**INSTRUCTIONS FOR THE TASK:** Of all the lines below, return only those starting with the line holding "# Box017 → Box017 (new body)" and going on through the line holding "A parametric FreeCAD", exactly as written.
____
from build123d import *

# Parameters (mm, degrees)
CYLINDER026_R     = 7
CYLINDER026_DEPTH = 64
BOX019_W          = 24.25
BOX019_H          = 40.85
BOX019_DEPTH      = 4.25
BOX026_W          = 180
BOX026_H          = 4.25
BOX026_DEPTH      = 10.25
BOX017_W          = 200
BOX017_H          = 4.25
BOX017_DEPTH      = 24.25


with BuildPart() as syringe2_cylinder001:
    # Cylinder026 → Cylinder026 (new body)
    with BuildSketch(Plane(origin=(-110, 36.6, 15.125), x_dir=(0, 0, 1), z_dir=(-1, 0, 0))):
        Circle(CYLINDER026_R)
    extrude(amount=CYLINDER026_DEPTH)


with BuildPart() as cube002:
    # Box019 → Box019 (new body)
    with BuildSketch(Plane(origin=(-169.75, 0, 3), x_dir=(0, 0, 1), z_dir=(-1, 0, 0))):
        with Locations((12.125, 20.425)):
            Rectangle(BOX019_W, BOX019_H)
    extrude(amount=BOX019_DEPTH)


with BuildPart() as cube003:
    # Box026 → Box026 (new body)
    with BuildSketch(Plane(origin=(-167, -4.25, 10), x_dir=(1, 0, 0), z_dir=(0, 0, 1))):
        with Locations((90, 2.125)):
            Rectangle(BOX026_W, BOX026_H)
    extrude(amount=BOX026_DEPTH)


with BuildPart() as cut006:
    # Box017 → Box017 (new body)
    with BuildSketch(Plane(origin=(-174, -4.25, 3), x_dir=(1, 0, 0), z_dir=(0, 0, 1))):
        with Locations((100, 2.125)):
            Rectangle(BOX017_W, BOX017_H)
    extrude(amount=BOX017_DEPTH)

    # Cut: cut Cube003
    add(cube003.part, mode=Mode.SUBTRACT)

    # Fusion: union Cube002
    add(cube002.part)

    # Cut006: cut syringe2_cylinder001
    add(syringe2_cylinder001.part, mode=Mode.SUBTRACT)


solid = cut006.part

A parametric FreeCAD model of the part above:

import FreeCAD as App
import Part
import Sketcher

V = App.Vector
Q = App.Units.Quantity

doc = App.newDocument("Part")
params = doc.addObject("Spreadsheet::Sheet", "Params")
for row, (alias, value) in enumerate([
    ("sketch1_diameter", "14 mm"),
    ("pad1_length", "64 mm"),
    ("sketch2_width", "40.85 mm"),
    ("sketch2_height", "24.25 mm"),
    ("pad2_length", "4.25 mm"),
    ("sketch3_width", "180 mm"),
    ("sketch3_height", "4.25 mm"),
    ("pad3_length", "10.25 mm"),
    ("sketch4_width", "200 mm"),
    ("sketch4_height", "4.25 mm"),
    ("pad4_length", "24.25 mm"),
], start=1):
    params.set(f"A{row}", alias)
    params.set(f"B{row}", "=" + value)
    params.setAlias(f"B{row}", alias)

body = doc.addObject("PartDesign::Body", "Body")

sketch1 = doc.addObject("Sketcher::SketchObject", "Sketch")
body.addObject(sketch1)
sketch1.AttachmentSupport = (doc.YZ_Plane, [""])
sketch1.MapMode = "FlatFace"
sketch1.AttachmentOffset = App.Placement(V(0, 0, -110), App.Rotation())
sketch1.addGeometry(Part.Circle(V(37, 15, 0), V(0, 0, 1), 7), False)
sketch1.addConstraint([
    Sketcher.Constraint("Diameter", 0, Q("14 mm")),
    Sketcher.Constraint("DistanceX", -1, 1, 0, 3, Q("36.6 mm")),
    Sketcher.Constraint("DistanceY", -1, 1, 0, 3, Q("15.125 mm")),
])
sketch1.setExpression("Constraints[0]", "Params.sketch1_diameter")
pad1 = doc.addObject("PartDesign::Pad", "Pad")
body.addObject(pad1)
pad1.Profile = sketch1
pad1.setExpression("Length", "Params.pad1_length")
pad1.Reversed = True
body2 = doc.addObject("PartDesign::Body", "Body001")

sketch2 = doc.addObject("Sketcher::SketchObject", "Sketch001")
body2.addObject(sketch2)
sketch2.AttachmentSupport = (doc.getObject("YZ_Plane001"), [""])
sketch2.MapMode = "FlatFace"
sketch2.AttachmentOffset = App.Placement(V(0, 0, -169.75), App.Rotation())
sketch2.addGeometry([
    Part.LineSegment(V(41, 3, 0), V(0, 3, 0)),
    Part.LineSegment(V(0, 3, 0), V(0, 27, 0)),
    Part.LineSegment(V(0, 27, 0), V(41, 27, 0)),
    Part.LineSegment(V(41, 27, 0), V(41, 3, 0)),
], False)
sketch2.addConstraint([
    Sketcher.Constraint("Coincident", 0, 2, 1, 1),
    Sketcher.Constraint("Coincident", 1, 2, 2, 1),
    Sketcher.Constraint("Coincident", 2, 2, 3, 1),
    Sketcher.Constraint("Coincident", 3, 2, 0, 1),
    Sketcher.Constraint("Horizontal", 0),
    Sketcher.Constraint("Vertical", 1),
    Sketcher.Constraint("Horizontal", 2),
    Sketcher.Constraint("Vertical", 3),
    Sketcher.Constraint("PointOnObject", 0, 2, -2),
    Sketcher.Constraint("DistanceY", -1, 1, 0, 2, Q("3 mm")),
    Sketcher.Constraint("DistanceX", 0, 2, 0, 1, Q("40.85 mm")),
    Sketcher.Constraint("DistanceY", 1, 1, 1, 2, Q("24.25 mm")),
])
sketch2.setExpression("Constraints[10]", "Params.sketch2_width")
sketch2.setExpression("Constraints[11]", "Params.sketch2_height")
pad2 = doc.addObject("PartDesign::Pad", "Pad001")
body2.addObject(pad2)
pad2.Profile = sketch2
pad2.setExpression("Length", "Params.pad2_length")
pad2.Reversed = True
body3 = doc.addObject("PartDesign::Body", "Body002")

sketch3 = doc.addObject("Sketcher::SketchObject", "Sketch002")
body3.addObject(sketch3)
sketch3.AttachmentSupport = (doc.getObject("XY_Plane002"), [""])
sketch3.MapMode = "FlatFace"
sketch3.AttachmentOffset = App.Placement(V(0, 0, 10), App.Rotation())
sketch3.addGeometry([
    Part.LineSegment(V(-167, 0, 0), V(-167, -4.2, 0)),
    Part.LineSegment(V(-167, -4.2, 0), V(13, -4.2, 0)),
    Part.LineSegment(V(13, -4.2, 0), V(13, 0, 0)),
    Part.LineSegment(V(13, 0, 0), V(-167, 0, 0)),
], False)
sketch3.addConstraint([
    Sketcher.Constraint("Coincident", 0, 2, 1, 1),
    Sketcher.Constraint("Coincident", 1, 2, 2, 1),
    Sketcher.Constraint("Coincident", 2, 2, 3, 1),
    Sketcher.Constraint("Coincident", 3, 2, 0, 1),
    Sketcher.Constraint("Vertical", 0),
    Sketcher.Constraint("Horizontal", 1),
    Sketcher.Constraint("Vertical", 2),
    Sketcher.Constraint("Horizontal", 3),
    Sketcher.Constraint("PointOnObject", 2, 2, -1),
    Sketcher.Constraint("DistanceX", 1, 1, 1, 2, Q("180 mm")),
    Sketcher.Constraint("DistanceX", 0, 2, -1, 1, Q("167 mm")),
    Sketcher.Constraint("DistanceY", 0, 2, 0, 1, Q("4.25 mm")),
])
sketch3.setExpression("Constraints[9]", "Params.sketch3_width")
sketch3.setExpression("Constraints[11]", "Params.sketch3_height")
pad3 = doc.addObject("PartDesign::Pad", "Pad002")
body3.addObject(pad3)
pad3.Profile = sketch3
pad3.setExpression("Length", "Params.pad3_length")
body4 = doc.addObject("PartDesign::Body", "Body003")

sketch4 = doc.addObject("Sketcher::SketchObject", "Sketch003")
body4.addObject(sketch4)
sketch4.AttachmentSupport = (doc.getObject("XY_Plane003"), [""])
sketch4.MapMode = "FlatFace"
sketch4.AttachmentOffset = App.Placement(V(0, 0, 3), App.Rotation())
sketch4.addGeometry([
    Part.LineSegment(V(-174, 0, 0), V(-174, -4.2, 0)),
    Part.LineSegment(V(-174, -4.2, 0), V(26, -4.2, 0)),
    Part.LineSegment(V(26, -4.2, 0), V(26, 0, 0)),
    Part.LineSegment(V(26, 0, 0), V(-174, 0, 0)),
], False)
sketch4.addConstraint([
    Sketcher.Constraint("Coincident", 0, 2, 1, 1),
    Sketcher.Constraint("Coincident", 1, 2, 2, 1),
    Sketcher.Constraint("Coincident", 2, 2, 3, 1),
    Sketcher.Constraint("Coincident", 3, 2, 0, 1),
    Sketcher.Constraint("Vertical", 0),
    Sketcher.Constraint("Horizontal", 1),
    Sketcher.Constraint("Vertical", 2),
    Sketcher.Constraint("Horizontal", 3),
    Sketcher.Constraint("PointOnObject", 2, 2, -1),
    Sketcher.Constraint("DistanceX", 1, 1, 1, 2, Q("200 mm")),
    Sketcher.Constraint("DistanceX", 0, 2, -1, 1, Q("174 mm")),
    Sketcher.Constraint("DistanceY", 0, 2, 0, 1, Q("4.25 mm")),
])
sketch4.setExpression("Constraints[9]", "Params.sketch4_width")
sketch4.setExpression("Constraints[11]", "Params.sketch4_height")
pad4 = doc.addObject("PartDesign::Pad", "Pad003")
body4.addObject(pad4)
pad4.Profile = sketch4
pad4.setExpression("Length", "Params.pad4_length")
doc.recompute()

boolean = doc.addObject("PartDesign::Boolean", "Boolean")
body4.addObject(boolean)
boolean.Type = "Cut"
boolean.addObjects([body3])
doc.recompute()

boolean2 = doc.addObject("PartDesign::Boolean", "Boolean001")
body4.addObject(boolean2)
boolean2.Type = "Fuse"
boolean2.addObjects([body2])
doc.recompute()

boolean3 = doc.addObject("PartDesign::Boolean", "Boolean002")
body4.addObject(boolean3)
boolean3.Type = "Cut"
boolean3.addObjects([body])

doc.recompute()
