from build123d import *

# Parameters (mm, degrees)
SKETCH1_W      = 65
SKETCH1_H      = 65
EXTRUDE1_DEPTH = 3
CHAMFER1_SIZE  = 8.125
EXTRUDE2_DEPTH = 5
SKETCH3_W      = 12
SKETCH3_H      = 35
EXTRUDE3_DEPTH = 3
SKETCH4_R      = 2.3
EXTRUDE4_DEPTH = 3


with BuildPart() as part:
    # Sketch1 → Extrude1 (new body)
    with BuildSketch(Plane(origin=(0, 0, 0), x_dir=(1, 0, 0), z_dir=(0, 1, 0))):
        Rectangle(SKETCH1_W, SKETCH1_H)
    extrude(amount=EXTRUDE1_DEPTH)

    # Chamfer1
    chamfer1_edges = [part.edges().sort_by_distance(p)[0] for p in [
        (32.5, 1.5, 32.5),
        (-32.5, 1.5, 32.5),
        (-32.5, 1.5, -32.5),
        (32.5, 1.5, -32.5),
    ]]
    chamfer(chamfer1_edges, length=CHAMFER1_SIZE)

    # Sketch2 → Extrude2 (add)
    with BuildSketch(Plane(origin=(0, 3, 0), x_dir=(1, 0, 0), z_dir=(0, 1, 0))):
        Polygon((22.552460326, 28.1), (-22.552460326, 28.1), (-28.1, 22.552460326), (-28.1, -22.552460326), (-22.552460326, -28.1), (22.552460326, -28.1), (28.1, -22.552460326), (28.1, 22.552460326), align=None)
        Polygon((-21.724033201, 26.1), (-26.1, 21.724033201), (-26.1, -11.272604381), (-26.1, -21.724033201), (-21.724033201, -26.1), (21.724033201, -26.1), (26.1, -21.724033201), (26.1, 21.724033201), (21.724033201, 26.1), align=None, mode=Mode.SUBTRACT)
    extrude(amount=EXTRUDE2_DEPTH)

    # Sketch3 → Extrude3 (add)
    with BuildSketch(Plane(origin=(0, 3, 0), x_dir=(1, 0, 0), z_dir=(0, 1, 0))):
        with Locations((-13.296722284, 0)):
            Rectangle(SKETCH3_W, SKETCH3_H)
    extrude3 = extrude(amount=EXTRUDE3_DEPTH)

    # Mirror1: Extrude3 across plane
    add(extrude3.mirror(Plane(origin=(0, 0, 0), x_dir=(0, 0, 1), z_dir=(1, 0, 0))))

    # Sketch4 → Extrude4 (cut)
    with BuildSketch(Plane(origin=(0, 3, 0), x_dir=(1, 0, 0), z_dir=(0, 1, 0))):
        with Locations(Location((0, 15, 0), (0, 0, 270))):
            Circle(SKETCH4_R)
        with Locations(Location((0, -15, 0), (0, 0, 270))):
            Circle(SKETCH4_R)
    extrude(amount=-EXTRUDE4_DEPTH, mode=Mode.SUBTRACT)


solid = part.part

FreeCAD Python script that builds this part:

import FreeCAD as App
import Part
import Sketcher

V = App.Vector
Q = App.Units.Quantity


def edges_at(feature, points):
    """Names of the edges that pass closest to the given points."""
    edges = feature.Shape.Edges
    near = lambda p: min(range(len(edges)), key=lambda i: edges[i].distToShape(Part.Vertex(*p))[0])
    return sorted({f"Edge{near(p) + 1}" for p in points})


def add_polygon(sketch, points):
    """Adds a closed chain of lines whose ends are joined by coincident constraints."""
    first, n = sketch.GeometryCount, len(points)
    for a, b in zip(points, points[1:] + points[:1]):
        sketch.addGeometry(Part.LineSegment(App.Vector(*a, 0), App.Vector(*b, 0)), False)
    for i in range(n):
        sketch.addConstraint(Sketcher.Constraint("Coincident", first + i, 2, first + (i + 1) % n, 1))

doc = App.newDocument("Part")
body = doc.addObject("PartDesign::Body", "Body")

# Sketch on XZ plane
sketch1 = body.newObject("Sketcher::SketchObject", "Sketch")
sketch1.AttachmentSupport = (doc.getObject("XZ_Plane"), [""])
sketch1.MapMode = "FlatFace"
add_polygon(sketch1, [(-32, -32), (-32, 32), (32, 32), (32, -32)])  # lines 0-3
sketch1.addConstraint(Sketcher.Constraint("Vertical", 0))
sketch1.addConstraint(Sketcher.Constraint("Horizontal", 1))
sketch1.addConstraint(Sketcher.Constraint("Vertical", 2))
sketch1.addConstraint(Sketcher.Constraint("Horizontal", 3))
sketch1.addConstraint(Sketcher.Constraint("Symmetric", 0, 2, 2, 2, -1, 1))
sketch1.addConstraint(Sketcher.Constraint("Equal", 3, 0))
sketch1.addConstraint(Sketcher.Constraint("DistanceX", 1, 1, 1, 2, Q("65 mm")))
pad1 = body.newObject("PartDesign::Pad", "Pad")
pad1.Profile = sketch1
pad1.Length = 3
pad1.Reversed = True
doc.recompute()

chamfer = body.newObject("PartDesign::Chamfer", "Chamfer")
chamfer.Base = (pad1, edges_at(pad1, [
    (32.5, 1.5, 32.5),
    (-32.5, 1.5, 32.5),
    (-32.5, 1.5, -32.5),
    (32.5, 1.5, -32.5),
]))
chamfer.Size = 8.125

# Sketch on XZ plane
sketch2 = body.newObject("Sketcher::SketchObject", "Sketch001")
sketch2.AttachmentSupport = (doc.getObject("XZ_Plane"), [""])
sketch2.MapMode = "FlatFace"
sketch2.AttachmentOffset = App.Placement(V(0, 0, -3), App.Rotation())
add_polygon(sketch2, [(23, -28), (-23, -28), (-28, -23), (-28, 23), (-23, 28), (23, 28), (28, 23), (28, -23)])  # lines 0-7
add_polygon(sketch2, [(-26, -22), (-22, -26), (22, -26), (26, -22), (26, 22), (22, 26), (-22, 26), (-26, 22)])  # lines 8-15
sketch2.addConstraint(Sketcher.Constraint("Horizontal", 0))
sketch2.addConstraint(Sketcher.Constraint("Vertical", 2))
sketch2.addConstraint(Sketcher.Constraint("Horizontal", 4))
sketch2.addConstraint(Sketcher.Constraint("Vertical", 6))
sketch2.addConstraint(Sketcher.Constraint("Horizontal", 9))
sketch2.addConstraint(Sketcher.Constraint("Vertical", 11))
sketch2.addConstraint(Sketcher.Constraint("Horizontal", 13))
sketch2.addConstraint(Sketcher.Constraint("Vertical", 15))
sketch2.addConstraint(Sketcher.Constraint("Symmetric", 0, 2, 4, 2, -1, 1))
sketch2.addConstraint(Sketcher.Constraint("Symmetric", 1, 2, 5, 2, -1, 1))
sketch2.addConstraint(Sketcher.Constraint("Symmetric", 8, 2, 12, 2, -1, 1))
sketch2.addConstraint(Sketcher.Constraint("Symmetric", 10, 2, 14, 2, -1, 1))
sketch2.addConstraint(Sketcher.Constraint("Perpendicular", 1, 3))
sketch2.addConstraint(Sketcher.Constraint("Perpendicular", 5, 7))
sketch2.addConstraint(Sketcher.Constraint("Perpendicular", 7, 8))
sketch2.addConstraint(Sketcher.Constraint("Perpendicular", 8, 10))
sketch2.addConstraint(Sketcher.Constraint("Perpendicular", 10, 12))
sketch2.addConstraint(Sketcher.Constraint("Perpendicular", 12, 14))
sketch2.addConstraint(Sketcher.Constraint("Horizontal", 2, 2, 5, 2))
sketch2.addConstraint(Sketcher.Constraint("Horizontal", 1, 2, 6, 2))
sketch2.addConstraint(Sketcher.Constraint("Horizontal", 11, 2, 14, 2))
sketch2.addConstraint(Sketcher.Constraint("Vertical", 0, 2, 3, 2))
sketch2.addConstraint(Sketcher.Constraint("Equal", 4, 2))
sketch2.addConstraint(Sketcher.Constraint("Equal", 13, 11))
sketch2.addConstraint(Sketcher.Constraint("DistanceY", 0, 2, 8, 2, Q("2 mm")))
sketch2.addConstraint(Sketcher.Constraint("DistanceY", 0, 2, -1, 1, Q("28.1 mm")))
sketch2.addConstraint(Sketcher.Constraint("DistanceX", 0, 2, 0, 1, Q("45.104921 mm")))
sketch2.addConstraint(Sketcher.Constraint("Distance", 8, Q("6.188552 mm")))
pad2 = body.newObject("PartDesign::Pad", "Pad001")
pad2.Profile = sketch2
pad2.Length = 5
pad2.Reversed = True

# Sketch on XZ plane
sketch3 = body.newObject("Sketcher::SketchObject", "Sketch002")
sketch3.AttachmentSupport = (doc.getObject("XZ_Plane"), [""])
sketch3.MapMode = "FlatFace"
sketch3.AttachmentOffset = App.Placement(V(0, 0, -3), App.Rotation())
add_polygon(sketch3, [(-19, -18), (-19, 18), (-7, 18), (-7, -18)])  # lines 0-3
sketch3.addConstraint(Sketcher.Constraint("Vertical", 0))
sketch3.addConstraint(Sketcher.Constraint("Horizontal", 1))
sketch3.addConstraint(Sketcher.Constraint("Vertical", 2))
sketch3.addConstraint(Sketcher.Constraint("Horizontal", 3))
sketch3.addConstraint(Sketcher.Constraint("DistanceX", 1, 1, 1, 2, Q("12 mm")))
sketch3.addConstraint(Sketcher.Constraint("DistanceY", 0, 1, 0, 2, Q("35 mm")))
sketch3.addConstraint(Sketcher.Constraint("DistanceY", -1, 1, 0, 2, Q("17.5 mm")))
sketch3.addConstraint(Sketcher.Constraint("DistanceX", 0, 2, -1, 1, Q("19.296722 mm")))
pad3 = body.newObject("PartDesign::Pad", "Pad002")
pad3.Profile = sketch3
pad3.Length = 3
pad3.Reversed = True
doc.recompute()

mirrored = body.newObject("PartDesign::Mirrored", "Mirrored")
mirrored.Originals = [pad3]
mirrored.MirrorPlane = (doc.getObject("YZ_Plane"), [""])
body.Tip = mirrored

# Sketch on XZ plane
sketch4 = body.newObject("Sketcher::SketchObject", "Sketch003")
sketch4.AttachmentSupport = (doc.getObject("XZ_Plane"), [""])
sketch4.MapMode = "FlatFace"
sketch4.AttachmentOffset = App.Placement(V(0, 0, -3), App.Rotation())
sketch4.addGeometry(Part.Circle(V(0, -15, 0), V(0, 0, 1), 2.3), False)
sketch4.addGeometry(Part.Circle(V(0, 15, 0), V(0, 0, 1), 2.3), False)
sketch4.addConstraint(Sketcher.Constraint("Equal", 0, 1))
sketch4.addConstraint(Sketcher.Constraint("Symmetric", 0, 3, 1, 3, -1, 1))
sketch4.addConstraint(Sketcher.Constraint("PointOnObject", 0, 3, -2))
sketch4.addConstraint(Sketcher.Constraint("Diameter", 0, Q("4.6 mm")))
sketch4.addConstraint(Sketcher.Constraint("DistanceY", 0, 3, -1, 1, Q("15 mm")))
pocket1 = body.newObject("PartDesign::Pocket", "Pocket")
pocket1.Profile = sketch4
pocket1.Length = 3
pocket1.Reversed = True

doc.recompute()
____
**REPLY:**
    # Box017 → Box017 (new body)
    with BuildSketch(Plane(origin=(-174, -4.25, 3), x_dir=(1, 0, 0), z_dir=(0, 0, 1))):
        with Locations((100, 2.125)):
            Rectangle(BOX017_W, BOX017_H)
    extrude(amount=BOX017_DEPTH)

    # Cut: cut Cube003
    add(cube003.part, mode=Mode.SUBTRACT)

    # Fusion: union Cube002
    add(cube002.part)

    # Cut006: cut syringe2_cylinder001
    add(syringe2_cylinder001.part, mode=Mode.SUBTRACT)


solid = cut006.part

A parametric FreeCAD model of the part above:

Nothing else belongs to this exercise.